Post by Padipa » Fri Jan 11, 2019 8:42 pm

Spaciousness wrote:
Tue Jan 08, 2019 7:36 pm

My perspective is the sense of self is really hard to shake off, it can still exist without the physical body. Take dreams, for example, one feels one exist without the physical body. The sense of self we believe as real is so overpowering that we created a dream body for the self to exist and created another false sense of eyes to interact in the dream world. In fact, the dream body feels even more real than real life as it does even stronger feel emotions (joy, sorrow, happiness etc). Worst still, we existed in dreams even without a memory of ourselves in waking life, and we have no problem believing it as real and take that as a permanent self.

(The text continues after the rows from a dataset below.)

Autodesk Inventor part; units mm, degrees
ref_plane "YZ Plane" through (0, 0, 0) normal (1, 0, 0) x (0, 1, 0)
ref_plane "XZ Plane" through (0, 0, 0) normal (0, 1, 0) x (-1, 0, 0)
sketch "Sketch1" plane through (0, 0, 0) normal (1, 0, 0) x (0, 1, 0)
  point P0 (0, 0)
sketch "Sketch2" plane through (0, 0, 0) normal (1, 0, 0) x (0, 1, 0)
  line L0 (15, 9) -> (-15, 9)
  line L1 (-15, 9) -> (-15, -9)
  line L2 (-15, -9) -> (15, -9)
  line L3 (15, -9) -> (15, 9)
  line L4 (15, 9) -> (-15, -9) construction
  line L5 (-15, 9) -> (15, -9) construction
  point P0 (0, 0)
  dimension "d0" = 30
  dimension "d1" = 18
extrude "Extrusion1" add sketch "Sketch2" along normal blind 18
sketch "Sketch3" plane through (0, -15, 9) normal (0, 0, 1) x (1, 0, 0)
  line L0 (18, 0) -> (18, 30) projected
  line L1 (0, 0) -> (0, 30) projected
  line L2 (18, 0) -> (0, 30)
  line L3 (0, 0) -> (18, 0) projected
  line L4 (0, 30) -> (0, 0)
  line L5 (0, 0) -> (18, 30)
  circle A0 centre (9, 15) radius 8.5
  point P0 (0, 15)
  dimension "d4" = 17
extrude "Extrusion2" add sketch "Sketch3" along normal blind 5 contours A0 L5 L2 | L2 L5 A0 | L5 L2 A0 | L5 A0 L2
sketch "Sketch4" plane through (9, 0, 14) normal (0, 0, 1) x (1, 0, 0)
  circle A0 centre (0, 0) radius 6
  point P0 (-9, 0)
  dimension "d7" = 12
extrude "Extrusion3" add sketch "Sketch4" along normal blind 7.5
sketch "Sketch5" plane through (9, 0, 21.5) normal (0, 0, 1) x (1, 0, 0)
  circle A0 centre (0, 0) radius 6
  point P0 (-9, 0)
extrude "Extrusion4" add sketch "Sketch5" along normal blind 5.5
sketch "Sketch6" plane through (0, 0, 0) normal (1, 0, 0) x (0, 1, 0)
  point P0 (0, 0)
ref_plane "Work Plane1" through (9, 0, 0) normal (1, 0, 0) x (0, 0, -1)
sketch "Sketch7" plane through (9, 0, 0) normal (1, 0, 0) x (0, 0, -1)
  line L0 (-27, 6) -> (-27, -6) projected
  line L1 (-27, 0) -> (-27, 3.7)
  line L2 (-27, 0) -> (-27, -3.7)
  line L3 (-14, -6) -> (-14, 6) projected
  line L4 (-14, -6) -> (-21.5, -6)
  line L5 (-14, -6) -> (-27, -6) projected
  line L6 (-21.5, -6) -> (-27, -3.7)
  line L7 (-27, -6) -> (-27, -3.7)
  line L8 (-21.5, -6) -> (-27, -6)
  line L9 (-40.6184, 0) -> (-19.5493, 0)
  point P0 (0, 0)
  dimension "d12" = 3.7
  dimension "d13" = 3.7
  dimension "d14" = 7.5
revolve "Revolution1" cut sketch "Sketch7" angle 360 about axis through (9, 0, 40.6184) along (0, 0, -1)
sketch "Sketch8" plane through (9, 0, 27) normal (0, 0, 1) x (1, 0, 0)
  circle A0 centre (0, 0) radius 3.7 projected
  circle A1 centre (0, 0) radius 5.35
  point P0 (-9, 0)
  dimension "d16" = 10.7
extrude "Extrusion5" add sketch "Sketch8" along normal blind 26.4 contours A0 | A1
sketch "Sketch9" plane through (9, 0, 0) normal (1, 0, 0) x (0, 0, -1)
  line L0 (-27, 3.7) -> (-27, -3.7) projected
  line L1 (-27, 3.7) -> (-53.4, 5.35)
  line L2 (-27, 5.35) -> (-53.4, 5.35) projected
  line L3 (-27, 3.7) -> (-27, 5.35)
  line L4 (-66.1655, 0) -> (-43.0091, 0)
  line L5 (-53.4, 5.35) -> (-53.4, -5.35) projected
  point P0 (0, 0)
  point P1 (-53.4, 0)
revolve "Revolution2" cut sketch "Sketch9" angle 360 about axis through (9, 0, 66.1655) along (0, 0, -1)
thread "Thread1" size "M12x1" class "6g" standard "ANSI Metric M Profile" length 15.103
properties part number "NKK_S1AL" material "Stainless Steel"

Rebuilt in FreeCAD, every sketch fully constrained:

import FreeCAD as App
import Part
import Sketcher

V = App.Vector
Q = App.Units.Quantity


def add_polygon(sketch, points):
    """Adds a closed chain of lines whose ends are joined by coincident constraints."""
    first, n = sketch.GeometryCount, len(points)
    for a, b in zip(points, points[1:] + points[:1]):
        sketch.addGeometry(Part.LineSegment(App.Vector(*a, 0), App.Vector(*b, 0)), False)
    for i in range(n):
        sketch.addConstraint(Sketcher.Constraint("Coincident", first + i, 2, first + (i + 1) % n, 1))

doc = App.newDocument("Part")
body = doc.addObject("PartDesign::Body", "Body")

sketch1 = body.newObject("Sketcher::SketchObject", "Sketch")
sketch1.AttachmentSupport = (doc.getObject("YZ_Plane"), [""])
sketch1.MapMode = "FlatFace"
add_polygon(sketch1, [(15, -9), (15, 9), (-15, 9), (-15, -9)])
sketch1.addConstraint([
    Sketcher.Constraint("Vertical", 0),
    Sketcher.Constraint("Horizontal", 1),
    Sketcher.Constraint("Vertical", 2),
    Sketcher.Constraint("Horizontal", 3),
    Sketcher.Constraint("Symmetric", 0, 2, 2, 2, -1, 1),
    Sketcher.Constraint("DistanceX", 1, 2, 1, 1, Q("30 mm")),
    Sketcher.Constraint("DistanceY", 0, 1, 0, 2, Q("18 mm")),
])
pad1 = body.newObject("PartDesign::Pad", "Pad")
pad1.Profile = sketch1
pad1.Length = 18

sketch2 = body.newObject("Sketcher::SketchObject", "Sketch001")
sketch2.AttachmentSupport = (doc.getObject("XY_Plane"), [""])
sketch2.MapMode = "FlatFace"
sketch2.AttachmentOffset = App.Placement(V(0, 0, 9), App.Rotation())
sketch2.addGeometry(Part.Circle(V(9, 0, 0), V(0, 0, 1), 8), False)
sketch2.addConstraint([
    Sketcher.Constraint("PointOnObject", 0, 3, -1),
    Sketcher.Constraint("Diameter", 0, Q("17 mm")),
    Sketcher.Constraint("DistanceX", -1, 1, 0, 3, Q("9 mm")),
])
pad2 = body.newObject("PartDesign::Pad", "Pad001")
pad2.Profile = sketch2
pad2.Length = 5

sketch3 = body.newObject("Sketcher::SketchObject", "Sketch002")
sketch3.AttachmentSupport = (doc.getObject("XY_Plane"), [""])
sketch3.MapMode = "FlatFace"
sketch3.AttachmentOffset = App.Placement(V(0, 0, 14), App.Rotation())
sketch3.addGeometry(Part.Circle(V(9, 0, 0), V(0, 0, 1), 6), False)
sketch3.addConstraint([
    Sketcher.Constraint("PointOnObject", 0, 3, -1),
    Sketcher.Constraint("Diameter", 0, Q("12 mm")),
    Sketcher.Constraint("DistanceX", -1, 1, 0, 3, Q("9 mm")),
])
pad3 = body.newObject("PartDesign::Pad", "Pad002")
pad3.Profile = sketch3
pad3.Length = 7.5

sketch4 = body.newObject("Sketcher::SketchObject", "Sketch003")
sketch4.AttachmentSupport = (doc.getObject("XY_Plane"), [""])
sketch4.MapMode = "FlatFace"
sketch4.AttachmentOffset = App.Placement(V(0, 0, 21.5), App.Rotation())
sketch4.addGeometry(Part.Circle(V(9, 0, 0), V(0, 0, 1), 6), False)
sketch4.addConstraint([
    Sketcher.Constraint("PointOnObject", 0, 3, -1),
    Sketcher.Constraint("Diameter", 0, Q("12 mm")),
    Sketcher.Constraint("DistanceX", -1, 1, 0, 3, Q("9 mm")),
])
pad4 = body.newObject("PartDesign::Pad", "Pad003")
pad4.Profile = sketch4
pad4.Length = 5.5

sketch5 = body.newObject("Sketcher::SketchObject", "Sketch004")
sketch5.AttachmentSupport = (doc.getObject("YZ_Plane"), [""])
sketch5.MapMode = "FlatFace"
sketch5.AttachmentOffset = App.Placement(V(0, 0, 9), App.Rotation())
add_polygon(sketch5, [(-6, 21.5), (-3.7, 27), (-6, 27)])
sketch5.addConstraint([
    Sketcher.Constraint("Horizontal", 1),
    Sketcher.Constraint("Vertical", 2),
    Sketcher.Constraint("DistanceX", 0, 2, -1, 1, Q("3.7 mm")),
    Sketcher.Constraint("DistanceX", 1, 2, 1, 1, Q("2.3 mm")),
    Sketcher.Constraint("DistanceY", 2, 2, 2, 1, Q("5.5 mm")),
    Sketcher.Constraint("DistanceY", -1, 1, 0, 2, Q("27 mm")),
])
groove = body.newObject("PartDesign::Groove", "Groove")
groove.Profile = sketch5
groove.ReferenceAxis = (sketch5, ["V_Axis"])
groove.Angle = 360

sketch6 = body.newObject("Sketcher::SketchObject", "Sketch005")
sketch6.AttachmentSupport = (doc.getObject("XY_Plane"), [""])
sketch6.MapMode = "FlatFace"
sketch6.AttachmentOffset = App.Placement(V(0, 0, 27), App.Rotation())
sketch6.addGeometry(Part.Circle(V(9, 0, 0), V(0, 0, 1), 5), False)
sketch6.addConstraint([
    Sketcher.Constraint("PointOnObject", 0, 3, -1),
    Sketcher.Constraint("Diameter", 0, Q("10.7 mm")),
    Sketcher.Constraint("DistanceX", -1, 1, 0, 3, Q("9 mm")),
])
pad5 = body.newObject("PartDesign::Pad", "Pad004")
pad5.Profile = sketch6
pad5.Length = 26.4

sketch7 = body.newObject("Sketcher::SketchObject", "Sketch006")
sketch7.AttachmentSupport = (doc.getObject("YZ_Plane"), [""])
sketch7.MapMode = "FlatFace"
sketch7.AttachmentOffset = App.Placement(V(0, 0, 9), App.Rotation())
add_polygon(sketch7, [(5.3, 53.4), (3.7, 27), (5.3, 27)])
sketch7.addConstraint([
    Sketcher.Constraint("Horizontal", 1),
    Sketcher.Constraint("Vertical", 2),
    Sketcher.Constraint("DistanceY", 2, 1, 2, 2, Q("26.4 mm")),
    Sketcher.Constraint("DistanceY", -1, 1, 0, 2, Q("27 mm")),
    Sketcher.Constraint("DistanceX", 1, 1, 1, 2, Q("1.65 mm")),
    Sketcher.Constraint("DistanceX", -1, 1, 0, 2, Q("3.7 mm")),
])
groove2 = body.newObject("PartDesign::Groove", "Groove001")
groove2.Profile = sketch7
groove2.ReferenceAxis = (sketch7, ["V_Axis"])
groove2.Angle = 360

doc.recompute()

I am not referring to daydreaming, I am referring to lucid dreaming where you "wake up" in deep sleep (REM) and suddenly realize that you are actually dreaming. In that state, one lost the feeling of physical body, can't even move the hands. In that state, I sometimes wonder about the sense of self, which is one is more real, dream or real life? I realize both do a have a strong sense of self with the exception the law of physics does not apply in dream life but Karma does since you can suffer more in dream life than real life or vice versa.

I have not come to the final conclusion that both are illusions of the mind as stated in books. If one propel to jhana states in real life or launch from lucid dream states, the entire sense of self collapsed and disappear into nothingness, with only a sense of pure awareness of nothingness, but there is still a sense of self there to witness the awareness of nothingness. I have also gone into unconscious states like a complete knock out from an accident. In that states, I do dream about another world or have flashes here and there - Still there is a sense of self LOL.

So I do join you in wanting to find out about this question, although I do believe what I read about non-self, but I do want to experience it to fully understand it.
Bringing lucid dreaming into this discussion is, I think, a good idea. Certainly, very far back Buddhists have used the skill of acquiring awareness in dream state as a tool with which to teach anatta. It's important to realize it's a skill, though various people have varying levels of innate ability when it comes to lucidity. But no matter how much we are born with, it takes work to make lucid dreaming a tool, something with which we can control the consciousness of the dream state. As it applies to us here, seeking understanding of complex Buddhist concepts, working for lucid dreaming skills can surely help to light our understanding of anatta.

If, for example, one can induce lucidity in a dream-state (and some can) then that level of consciousness is fundamentally altered--changed. This has profound implications for those of us trying to grasp anatta. Would anyone here like to comment on this?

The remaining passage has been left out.